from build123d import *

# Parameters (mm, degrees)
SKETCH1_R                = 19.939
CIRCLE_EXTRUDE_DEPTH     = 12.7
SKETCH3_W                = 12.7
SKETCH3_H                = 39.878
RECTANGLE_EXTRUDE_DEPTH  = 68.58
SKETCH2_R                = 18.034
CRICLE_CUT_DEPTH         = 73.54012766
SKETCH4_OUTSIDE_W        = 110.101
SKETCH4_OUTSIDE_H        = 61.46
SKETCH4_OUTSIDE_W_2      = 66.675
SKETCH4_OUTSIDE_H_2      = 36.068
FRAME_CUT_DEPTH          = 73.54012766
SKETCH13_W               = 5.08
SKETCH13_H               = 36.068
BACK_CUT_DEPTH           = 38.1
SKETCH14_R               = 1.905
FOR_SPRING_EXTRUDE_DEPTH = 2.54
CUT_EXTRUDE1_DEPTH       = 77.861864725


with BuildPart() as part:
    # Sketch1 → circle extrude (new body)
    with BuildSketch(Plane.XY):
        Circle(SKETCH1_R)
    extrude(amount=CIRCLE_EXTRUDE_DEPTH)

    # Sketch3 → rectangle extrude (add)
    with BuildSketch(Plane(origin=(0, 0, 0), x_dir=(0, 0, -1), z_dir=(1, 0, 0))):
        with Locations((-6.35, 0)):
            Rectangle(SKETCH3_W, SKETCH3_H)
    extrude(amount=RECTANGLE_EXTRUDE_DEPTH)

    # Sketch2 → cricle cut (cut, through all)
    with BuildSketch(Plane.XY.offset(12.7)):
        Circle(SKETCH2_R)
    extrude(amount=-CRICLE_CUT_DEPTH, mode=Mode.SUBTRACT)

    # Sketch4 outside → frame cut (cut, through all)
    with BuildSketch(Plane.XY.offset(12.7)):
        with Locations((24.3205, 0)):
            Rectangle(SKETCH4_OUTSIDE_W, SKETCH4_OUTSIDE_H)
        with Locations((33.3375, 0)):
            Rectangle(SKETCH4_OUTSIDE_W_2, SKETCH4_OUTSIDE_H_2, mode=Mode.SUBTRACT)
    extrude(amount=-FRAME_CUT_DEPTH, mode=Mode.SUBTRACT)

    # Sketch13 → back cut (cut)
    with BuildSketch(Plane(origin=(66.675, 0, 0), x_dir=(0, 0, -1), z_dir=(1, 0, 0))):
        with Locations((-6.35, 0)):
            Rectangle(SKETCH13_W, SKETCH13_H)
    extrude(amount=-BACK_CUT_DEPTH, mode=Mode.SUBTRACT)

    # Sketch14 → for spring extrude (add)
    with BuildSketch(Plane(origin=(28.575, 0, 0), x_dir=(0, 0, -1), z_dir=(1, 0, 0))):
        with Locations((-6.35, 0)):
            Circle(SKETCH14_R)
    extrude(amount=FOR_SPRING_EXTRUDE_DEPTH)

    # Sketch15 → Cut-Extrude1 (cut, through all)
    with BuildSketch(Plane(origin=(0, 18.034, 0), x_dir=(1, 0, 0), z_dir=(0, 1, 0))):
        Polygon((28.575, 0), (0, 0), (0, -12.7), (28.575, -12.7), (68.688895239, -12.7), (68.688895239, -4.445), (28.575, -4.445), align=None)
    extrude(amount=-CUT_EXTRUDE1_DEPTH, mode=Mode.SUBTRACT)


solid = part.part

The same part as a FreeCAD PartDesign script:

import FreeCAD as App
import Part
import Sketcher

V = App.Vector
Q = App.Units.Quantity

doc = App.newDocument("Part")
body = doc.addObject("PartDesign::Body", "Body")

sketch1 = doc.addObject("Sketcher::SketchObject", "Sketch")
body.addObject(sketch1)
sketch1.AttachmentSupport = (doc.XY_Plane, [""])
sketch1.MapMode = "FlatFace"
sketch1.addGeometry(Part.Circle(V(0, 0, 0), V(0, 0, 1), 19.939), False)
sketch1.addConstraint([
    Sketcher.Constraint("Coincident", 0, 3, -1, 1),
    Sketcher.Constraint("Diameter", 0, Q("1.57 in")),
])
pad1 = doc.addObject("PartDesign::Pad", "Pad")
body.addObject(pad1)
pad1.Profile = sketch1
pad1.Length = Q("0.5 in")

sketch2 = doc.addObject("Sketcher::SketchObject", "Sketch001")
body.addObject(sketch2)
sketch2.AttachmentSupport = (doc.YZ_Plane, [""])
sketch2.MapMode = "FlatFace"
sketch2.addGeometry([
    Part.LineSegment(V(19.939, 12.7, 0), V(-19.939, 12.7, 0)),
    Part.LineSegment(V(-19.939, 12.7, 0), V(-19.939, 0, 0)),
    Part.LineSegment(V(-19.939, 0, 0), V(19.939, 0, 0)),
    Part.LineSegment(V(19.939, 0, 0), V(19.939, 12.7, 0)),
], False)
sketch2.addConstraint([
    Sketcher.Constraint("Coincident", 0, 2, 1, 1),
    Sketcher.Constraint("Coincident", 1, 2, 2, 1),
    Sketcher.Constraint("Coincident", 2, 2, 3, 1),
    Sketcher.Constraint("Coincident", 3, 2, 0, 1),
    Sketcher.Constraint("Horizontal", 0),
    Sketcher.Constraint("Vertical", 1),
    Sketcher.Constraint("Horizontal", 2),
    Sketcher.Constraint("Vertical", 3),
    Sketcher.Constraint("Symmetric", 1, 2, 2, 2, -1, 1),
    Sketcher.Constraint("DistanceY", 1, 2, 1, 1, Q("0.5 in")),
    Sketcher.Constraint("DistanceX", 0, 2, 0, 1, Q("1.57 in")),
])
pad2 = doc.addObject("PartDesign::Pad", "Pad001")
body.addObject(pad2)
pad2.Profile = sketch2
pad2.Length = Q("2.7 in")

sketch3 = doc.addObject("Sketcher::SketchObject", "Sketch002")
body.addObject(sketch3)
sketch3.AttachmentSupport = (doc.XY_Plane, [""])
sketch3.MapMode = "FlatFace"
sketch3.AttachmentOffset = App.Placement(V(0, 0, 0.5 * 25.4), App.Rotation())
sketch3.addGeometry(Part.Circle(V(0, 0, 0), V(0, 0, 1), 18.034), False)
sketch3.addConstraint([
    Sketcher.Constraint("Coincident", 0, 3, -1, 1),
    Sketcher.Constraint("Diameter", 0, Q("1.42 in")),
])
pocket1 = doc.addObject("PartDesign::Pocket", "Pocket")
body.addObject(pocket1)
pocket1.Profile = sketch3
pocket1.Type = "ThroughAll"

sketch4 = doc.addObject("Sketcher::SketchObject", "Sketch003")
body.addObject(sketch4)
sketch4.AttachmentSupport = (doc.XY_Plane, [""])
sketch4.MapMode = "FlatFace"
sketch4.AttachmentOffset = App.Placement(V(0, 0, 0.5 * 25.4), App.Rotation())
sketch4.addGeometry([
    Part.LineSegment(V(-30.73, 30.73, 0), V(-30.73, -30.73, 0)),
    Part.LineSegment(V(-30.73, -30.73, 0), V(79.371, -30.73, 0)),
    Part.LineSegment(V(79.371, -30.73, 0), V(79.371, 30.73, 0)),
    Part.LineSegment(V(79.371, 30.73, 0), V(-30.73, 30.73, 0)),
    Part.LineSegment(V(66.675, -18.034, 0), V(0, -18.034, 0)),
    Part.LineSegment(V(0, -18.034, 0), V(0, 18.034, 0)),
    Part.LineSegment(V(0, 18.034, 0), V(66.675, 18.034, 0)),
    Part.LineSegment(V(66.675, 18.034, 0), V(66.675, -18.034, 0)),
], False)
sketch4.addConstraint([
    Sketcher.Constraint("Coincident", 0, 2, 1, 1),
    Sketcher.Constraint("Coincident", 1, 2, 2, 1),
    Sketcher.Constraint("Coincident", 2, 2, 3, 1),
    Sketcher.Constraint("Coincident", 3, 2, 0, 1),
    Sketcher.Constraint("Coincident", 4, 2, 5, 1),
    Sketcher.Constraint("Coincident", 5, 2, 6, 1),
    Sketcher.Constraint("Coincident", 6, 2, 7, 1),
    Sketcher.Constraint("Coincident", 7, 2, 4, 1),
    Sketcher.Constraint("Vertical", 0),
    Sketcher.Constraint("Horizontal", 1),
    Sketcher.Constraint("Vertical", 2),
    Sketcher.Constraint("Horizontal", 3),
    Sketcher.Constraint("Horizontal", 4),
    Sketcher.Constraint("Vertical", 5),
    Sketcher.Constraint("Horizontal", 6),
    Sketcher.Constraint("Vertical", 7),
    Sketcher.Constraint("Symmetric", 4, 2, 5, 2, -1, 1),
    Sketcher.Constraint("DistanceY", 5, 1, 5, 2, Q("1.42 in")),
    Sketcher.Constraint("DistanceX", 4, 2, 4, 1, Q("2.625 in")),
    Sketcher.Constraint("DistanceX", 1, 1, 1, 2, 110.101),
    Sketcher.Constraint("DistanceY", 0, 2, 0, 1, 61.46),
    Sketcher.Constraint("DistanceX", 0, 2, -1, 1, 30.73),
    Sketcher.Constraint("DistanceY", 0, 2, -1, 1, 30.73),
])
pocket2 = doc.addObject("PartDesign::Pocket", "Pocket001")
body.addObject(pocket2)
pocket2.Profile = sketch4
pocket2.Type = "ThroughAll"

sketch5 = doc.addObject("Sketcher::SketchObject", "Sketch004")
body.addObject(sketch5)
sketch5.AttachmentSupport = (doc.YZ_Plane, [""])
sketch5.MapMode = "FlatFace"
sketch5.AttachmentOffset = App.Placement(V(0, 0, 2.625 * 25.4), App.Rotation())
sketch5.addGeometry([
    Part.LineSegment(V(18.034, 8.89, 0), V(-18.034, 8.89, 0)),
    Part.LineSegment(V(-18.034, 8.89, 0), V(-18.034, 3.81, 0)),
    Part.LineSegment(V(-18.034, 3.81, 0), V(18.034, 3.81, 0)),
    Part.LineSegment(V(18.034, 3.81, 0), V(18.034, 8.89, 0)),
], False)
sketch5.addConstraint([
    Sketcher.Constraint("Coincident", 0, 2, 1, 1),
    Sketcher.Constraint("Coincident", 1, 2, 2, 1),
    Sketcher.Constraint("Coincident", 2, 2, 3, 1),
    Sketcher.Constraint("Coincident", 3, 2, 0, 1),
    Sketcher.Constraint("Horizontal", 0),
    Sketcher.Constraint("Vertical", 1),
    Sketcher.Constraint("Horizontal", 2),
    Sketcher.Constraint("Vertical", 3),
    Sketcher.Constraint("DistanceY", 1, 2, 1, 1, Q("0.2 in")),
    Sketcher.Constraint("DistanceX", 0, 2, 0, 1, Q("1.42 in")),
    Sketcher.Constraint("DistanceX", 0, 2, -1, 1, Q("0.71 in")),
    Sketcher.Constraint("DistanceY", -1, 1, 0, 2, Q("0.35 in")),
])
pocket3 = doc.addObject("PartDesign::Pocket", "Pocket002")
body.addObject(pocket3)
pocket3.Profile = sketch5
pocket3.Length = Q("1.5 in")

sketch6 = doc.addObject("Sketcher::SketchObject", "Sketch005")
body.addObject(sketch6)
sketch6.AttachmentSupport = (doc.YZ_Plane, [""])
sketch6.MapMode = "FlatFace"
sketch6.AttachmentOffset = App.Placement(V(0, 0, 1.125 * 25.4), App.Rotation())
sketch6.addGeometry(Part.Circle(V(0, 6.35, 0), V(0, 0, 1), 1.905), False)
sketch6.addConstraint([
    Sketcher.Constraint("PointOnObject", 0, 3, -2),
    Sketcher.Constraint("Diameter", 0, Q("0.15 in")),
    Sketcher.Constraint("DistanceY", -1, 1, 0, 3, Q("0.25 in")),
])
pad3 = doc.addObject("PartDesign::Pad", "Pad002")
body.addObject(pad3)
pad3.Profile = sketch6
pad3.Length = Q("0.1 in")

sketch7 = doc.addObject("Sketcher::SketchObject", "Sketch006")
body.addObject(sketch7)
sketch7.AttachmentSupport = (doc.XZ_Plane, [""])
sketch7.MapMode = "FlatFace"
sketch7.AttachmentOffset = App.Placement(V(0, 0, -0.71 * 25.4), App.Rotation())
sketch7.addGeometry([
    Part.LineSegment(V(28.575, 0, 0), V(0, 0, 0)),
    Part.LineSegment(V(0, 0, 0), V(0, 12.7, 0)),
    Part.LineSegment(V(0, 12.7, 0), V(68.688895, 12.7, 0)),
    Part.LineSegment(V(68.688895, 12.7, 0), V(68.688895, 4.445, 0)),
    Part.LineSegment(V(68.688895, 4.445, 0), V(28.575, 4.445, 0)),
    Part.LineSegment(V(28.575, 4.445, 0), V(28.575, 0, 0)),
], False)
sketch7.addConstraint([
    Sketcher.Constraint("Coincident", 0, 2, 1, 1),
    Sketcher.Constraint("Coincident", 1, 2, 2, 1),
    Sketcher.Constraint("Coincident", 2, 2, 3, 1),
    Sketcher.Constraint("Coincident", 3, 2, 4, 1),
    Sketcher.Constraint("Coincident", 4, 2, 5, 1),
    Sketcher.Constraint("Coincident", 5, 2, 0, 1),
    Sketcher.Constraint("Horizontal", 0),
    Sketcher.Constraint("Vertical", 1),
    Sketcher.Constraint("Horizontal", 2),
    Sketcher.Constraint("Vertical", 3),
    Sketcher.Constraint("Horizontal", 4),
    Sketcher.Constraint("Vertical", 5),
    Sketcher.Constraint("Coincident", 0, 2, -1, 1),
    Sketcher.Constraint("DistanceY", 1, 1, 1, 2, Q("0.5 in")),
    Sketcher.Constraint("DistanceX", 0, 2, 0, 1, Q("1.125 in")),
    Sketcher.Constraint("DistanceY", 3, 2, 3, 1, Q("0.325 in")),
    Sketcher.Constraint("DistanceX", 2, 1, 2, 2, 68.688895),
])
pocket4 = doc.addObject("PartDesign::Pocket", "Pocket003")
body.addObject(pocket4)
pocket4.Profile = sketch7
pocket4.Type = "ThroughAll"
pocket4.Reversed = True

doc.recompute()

- - -

Task description:
Looking at the data above, how many lines hold the word "BuildSketch"? Respond with the number alone.

Answer to the exercise:
7